Are Logan Homes made out of Asbestos  Built early 1980's. They were a kit home steel frame and came in insulated sheets of plaster type boards. I think they went broke in the 80's.

----------


## Uncle Bob

That probably would depend on when the home was built.

----------


## goldie1

Asbestos was used in a number of building products by all builders through out the country 
 until it was phased out starting in the early 80s. Need more information about your house. 
It is most commonly found as asbestos cement sheet.

----------


## Bedford

Winfield, it would be best to reply to the thread rather than editing the original post. 
That way members can see your replies easier.

----------


## winfield

> Asbestos was used in a number of building products by all builders through out the country 
>  until it was phased out starting in the early 80s. Need more information about your house. 
> It is most commonly found as asbestos cement sheet.

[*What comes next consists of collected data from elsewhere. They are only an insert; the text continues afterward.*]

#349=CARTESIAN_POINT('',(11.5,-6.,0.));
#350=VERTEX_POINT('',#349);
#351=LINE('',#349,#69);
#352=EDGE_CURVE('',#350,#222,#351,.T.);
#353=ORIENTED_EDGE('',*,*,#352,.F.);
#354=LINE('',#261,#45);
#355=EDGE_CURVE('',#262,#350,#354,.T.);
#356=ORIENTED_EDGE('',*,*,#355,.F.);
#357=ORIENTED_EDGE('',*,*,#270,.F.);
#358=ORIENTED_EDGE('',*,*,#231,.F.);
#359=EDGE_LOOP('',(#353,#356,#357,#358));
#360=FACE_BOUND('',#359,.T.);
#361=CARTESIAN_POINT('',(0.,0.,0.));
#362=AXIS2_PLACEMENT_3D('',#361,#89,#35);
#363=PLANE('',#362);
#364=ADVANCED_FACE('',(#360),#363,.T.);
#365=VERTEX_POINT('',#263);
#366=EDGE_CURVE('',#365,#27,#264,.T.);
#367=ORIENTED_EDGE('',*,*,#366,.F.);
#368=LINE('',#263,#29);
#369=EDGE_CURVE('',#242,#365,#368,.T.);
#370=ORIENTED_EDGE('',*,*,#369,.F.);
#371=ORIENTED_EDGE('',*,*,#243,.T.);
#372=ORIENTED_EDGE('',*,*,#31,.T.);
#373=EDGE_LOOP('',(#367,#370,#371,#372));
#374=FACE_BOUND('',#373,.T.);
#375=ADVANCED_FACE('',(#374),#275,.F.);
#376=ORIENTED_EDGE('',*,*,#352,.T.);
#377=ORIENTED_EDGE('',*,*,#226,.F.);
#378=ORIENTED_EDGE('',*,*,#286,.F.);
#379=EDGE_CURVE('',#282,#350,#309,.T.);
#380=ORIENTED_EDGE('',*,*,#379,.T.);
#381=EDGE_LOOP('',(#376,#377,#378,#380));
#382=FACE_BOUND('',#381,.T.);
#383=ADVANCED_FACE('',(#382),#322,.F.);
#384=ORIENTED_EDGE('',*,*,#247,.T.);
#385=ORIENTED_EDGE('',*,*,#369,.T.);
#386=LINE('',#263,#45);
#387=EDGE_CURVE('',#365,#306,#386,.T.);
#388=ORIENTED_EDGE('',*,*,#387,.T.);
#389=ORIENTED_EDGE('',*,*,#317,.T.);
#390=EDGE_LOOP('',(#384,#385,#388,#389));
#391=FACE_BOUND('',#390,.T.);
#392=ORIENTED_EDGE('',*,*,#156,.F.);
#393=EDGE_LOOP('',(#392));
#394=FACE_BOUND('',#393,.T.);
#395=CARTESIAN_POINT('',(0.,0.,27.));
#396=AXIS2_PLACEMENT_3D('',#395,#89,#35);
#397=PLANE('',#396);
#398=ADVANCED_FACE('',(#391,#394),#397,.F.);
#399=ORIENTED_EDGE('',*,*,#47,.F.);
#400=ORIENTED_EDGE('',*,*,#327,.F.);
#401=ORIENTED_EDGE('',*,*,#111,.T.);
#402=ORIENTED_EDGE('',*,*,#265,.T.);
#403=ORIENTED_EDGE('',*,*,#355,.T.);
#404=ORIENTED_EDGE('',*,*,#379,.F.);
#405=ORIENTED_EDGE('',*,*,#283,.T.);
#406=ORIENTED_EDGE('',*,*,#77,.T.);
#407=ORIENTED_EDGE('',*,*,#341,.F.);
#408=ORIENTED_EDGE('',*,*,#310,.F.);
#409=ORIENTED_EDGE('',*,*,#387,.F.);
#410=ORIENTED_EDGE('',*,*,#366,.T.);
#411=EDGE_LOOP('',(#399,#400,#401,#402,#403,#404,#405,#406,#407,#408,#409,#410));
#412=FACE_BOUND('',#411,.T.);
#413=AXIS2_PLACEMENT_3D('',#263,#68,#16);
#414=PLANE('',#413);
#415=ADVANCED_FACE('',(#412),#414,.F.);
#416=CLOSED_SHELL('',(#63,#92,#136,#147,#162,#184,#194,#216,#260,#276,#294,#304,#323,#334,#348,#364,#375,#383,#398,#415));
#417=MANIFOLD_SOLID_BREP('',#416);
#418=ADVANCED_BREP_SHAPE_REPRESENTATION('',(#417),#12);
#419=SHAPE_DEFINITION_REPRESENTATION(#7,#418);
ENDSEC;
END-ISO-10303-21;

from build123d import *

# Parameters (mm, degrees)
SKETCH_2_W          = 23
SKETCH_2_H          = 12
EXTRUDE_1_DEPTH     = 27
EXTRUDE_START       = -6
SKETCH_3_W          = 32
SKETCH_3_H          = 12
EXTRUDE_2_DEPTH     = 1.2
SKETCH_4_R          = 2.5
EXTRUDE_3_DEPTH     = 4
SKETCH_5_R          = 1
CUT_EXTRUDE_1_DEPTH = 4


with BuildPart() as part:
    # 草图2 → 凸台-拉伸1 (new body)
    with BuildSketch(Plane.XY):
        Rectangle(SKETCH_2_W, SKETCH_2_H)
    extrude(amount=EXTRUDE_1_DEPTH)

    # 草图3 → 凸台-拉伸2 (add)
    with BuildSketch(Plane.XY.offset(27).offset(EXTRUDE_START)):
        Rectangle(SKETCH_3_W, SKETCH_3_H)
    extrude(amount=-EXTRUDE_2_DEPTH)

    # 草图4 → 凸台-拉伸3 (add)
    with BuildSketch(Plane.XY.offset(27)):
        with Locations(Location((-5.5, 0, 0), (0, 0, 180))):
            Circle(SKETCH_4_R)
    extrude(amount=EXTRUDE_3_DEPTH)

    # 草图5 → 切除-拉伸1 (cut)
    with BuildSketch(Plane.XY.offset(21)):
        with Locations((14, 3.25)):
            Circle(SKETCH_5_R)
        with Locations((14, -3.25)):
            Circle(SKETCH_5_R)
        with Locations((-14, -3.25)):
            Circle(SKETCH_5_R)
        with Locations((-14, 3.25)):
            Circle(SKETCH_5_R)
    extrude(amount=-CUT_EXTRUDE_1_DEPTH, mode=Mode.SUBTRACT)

  Logan Kit homes came in insulated (with foam) sheets and were steel frames. I think they went broke in the 80's.

----------


## Bros

I know the damm things as I had to wire one up.

----------


## goldie1

> Logan Kit homes came in insulated (with foam) sheets and were steel frames. I think they went broke in the 80's.

  Don't know any thing specific about Logan homes but if it was built in the early 80s its probably got 
asbestos in it some where. The most common form was asbestos cement sheet ( fibro ) If you have 
it the only way to be sure is get samples tested. Places it was used are internal wall linings commonly 
in bathrooms, laundry's and kitchens under tile splash backs. Wet area sheet ( tilux ) to line showers. 
Compressed sheet as structural floor in laundries and bathrooms. Ceramic tile underlay over timber floors. 
Vinyl asbestos floor tiles and and asbestos backed vinyl flooring. Out side common as eave and gable end 
lining and fencing.  Also as cladding ( products like Hardiplank ) 
Have a look at the stickies above and plenty about it in the forum library.

----------


## cyclic

> Logan Kit homes came in insulated (with foam) sheets and were steel frames. I think they went broke in the 80's.

   
What I remember of Logan Units/homes and, as you have said, they were insulated(polystyrene) panels which were metal clad sandwich type, so unless there is asbestos in the floor  
tiles(vinyl) and /or, the particular one you have has wall sheeting of ac (asbestos cement) then the answer would be no. 
How about a photo or 2.

----------